§ Description of the task
For this listing, the lines between the one holding "f 233 237 572" and the one holding "f 371 368 369", inclusive, must be set down exactly.

=== Section Start ===

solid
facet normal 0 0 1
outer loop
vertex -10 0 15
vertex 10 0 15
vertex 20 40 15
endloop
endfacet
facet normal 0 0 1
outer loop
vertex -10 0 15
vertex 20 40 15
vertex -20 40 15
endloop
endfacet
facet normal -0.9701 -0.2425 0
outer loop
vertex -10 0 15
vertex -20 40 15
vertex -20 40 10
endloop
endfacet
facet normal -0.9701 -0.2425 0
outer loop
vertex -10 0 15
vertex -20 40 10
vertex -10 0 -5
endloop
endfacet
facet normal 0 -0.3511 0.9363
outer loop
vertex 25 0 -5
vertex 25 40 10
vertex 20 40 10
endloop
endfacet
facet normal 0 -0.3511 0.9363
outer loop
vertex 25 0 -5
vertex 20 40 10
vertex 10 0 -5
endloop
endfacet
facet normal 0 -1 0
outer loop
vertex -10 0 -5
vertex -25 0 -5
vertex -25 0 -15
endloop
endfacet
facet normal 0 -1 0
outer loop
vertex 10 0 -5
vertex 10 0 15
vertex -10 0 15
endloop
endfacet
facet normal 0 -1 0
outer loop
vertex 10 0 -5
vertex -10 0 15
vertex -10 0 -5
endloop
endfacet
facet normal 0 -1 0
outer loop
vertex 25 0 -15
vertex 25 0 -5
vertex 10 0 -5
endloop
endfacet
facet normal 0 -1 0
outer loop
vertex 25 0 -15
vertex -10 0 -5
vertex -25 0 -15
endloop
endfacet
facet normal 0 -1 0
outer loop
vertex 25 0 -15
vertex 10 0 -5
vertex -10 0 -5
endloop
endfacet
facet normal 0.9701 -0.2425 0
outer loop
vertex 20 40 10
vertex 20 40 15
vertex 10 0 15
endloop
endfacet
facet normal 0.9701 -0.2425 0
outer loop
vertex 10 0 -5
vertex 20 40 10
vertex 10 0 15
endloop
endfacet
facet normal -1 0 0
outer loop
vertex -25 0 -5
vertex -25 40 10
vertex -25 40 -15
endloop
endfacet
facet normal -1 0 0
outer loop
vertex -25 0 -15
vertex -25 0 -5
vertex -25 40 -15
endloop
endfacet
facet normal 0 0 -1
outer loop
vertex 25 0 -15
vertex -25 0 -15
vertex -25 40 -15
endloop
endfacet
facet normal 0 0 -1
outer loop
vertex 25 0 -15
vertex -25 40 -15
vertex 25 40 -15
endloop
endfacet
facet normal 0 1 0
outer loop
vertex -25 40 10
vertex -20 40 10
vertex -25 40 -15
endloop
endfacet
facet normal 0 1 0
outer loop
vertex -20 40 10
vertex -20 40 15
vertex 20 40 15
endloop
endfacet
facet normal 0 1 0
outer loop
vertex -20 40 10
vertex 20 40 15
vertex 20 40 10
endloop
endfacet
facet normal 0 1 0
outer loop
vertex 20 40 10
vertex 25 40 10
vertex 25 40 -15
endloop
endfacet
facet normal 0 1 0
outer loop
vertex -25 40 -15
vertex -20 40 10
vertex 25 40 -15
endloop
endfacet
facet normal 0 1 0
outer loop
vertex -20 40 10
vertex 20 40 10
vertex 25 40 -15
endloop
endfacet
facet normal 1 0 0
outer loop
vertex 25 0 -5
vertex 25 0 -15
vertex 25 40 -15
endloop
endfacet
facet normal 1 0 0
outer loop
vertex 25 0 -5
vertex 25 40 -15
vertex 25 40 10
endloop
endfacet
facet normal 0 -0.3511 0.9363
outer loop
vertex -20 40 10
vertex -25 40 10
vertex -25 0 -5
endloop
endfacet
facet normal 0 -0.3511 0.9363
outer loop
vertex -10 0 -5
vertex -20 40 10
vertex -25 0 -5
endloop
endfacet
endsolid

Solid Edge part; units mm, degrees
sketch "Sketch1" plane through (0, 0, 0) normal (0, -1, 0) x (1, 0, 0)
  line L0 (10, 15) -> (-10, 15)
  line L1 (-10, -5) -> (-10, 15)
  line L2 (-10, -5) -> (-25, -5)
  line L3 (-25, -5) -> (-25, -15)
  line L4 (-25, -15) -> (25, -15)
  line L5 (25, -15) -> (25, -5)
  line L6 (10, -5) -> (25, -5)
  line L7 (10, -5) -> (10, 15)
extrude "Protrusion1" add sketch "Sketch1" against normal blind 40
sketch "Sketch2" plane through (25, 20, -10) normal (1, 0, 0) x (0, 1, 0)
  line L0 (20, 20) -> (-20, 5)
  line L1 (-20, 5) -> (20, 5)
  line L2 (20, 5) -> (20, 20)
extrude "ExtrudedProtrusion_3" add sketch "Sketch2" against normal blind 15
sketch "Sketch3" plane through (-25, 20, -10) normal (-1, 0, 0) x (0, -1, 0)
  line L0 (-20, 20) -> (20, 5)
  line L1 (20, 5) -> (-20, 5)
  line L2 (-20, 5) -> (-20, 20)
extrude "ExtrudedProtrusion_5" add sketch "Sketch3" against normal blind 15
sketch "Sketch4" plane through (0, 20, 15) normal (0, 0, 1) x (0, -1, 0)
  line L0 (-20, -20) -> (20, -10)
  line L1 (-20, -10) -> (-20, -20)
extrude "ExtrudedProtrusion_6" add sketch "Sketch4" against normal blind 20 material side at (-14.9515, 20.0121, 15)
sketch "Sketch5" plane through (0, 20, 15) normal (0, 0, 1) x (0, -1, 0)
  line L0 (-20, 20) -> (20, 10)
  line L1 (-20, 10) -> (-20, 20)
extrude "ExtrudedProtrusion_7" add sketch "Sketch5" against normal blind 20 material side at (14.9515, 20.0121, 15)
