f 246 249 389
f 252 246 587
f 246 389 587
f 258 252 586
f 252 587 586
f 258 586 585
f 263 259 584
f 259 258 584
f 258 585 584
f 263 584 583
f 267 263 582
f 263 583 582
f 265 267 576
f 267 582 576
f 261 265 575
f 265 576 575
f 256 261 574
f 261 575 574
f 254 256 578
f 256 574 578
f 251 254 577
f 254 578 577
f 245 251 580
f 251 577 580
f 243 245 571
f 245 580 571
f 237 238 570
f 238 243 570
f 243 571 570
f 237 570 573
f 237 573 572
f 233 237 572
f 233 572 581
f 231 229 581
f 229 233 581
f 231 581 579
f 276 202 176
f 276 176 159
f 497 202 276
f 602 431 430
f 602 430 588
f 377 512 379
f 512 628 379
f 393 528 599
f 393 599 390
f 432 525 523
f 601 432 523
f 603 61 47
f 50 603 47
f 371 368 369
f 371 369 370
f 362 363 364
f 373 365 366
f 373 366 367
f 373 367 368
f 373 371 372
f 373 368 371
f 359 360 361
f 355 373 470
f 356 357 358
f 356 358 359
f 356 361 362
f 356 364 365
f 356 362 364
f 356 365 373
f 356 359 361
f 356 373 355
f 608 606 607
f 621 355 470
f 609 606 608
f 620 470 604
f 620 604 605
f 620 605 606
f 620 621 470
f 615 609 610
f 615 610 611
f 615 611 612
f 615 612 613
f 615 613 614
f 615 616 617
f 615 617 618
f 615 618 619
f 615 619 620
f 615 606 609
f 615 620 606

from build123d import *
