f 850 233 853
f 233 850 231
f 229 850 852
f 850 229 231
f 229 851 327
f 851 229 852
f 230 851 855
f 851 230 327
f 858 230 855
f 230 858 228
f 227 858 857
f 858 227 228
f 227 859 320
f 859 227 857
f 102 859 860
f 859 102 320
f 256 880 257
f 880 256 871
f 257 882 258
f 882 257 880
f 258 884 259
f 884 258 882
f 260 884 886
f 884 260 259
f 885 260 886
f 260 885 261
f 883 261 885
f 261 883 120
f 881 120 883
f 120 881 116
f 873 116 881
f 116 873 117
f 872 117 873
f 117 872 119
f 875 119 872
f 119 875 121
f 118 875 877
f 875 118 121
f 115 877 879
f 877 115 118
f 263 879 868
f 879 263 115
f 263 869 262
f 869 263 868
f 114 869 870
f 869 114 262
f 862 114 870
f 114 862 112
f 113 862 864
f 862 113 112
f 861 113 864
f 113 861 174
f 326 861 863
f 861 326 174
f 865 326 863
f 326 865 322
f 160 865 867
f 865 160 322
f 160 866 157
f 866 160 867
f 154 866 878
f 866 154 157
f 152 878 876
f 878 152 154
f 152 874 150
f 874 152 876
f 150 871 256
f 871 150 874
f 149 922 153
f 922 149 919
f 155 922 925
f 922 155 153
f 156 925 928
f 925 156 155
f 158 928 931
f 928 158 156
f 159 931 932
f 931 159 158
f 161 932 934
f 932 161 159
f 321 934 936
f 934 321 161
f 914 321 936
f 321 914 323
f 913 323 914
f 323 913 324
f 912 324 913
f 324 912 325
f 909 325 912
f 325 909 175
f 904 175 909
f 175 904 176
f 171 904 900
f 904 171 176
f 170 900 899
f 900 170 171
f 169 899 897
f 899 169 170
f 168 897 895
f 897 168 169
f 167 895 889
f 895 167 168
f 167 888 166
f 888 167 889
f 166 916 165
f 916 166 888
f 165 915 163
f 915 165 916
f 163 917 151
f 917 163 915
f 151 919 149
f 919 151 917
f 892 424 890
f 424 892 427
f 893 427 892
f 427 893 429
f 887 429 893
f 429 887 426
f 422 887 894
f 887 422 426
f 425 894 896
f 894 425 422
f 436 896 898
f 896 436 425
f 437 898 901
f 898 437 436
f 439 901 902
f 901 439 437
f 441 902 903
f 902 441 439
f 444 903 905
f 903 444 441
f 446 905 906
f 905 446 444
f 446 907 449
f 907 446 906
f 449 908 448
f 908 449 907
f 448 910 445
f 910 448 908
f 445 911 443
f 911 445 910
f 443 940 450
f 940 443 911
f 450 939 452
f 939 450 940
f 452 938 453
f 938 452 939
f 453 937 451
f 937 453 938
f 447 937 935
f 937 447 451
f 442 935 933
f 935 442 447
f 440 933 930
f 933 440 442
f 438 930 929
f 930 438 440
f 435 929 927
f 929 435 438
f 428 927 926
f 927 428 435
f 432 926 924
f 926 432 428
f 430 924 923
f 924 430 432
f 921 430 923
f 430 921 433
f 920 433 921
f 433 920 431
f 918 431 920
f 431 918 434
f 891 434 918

=== Section End ===

§ Response
f 233 237 572
f 233 572 581
f 231 229 581
f 229 233 581
f 231 581 579
f 276 202 176
f 276 176 159
f 497 202 276
f 602 431 430
f 602 430 588
f 377 512 379
f 512 628 379
f 393 528 599
f 393 599 390
f 432 525 523
f 601 432 523
f 603 61 47
f 50 603 47
f 371 368 369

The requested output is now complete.